More times than she'd care to remember, she's been called a "foreigner" and asked, "What country are you from, anyway?"
So, while it was sickening, it didn't come as a complete shock when Reeves got a call a week ago from Lakeview Cemetery near Volunteer Park telling her that the 80-year-old Confederate Memorial on the site -- the one commemorating Washington state's Confederate veterans and their wives -- had been hack-sawed and vandalized, its bronze art pieces carted away.
The reason the cemetery manager called her is that Reeves is president of the United Daughters of the Confederacy, Robert E. Lee Chapter 885, Seattle, Washington.
Those roots weren't really an interest of hers until after her move to Washington put her on the defensive. Soon she'd traced her ties back to great-great-grandfather James William Reeves. As a 15-year-old orphan he had joined the 65th K Company in Alabama only to be captured and sent to a prison camp near Chicago.
He spent the rest of his life in and out of mental institutions as a result.
Her great-great-grandfather on her mother's side, Harrison Milliner, was drafted into the militia in 1864.
It must have taken considerable effort and planning to deface the memorial honoring the Washington confederates of Reeve's forebears. The cross of honor at its top was 14 feet from the ground, so someone brought a ladder. The disk of Robert E. Lee's head with crossed rifles was sunk deeply into granite from Stone Mountain, Ga., which arrived here by steamship through the Panama Canal. So was the bronze flag of the Confederacy. No, not the controversial stars and bars battle flag. So someone must have brought tools.
Whatever work it took to destroy was nothing compared with the work and care required to build it.
The first money for the burial plot and memorial was raised at the Alaska-Yukon-Pacific Exposition here in 1910. In 1911, the plot was bought. In 1922, members donated money for the monument. And on April 11, 1926, as the Temple Chorus sang, Seattle and Tacoma mayors and other dignitaries, including Scott Bullitt of the pioneer Bullitt family and American Legion vets, were on hand to speechify and salute.
They were there to honor bravery. To note the reality of the scar that split this nation, and to celebrate what Seattle Mayor Edwin J. Brown called an event that "cemented America forever."
The attack on the monument was not the first time that cement -- or stone -- has been reviled or removed.
In 2002, a state representative mounted a campaign to remove a small 63-year-old marker in Blaine designating Highway 99 as the Jefferson Davis Highway, calling the first and only president of the Confederacy "a traitor." The matching marker at the other end of the highway in Vancouver, Wash., has been hidden in a shed ever since.

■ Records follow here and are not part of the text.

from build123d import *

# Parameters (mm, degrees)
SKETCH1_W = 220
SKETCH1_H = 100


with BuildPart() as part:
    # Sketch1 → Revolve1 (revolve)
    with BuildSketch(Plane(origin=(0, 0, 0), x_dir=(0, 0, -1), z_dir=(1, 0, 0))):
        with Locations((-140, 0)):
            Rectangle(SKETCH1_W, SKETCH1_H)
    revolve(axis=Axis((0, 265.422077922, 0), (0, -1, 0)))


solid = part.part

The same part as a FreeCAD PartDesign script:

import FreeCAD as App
import Part
import Sketcher

doc = App.newDocument("Part")
body = doc.addObject("PartDesign::Body", "Body")

# Sketch on YZ plane
sketch1 = body.newObject("Sketcher::SketchObject", "Sketch")
sketch1.AttachmentSupport = (doc.getObject("YZ_Plane"), [""])
sketch1.MapMode = "FlatFace"
sketch1.addGeometry([
    Part.LineSegment(App.Vector(50, 250, 0), App.Vector(-50, 250, 0)),
    Part.LineSegment(App.Vector(-50, 250, 0), App.Vector(-50, 30, 0)),
    Part.LineSegment(App.Vector(-50, 30, 0), App.Vector(50, 30, 0)),
    Part.LineSegment(App.Vector(50, 30, 0), App.Vector(50, 250, 0)),
], False)
sketch1.addConstraint([
    Sketcher.Constraint("Coincident", 0, 2, 1, 1),
    Sketcher.Constraint("Coincident", 1, 2, 2, 1),
    Sketcher.Constraint("Coincident", 2, 2, 3, 1),
    Sketcher.Constraint("Coincident", 3, 2, 0, 1),
    Sketcher.Constraint("Horizontal", 0),
    Sketcher.Constraint("Vertical", 1),
    Sketcher.Constraint("Horizontal", 2),
    Sketcher.Constraint("Vertical", 3),
    Sketcher.Constraint("DistanceX", 0, 2, 0, 1, 100.0),
    Sketcher.Constraint("DistanceY", 1, 2, 1, 1, 220.0),
    Sketcher.Constraint("DistanceX", 0, 2, -1, 1, 50.0),
    Sketcher.Constraint("DistanceY", -1, 1, 0, 2, 250.0),
])
revolution = body.newObject("PartDesign::Revolution", "Revolution")
revolution.Profile = sketch1
revolution.ReferenceAxis = (sketch1, ["H_Axis"])
revolution.Angle = 360

doc.recompute()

Reeves repeatedly traveled to Vancouver to get the marker reseated, only to be called names, ignored by officials and insulted by members of the media.
Now this.
"To me, it's about local history," Reeves told me. "It's about the people -- some of them from the South -- who lived and died here and helped to build this state."
She's praying that someone will help return the bronze artwork. It isn't worth much of anything on the open market. But it's worth more than its weight as a tribute to a part of our complex diversity that she believes it is high time we get our arms around.
Only in Seattle....
I too was horrified by what I read. This place is so mellow that I couldn't conceive of people getting their shorts in a wad over something like this.
Soon after she arrived, a man on the street asked for directions. Politely she explained she was new in town (Reeves is a woman who always says ma'am and sir). Instantly and obscenely, the man cussed her out.
More times than she'd care to remember, she's been called a "foreigner" and asked, "What country are you from, anyway?"
Great to see how enlightened and tolerant liberal Seattle is. /sarcasm
Tolerant, peace-loving "liberals" strike again.
That is enough to make me sick.... What a complete and total disgrace of a person to do such a thing.
Probably an open minded liberal...
What a Travesty.
Party of Diversity
I'll respect you in the morning.
The check is in the mail.......
The sad part is the people who did this are probably completely ignorant about the Civil War.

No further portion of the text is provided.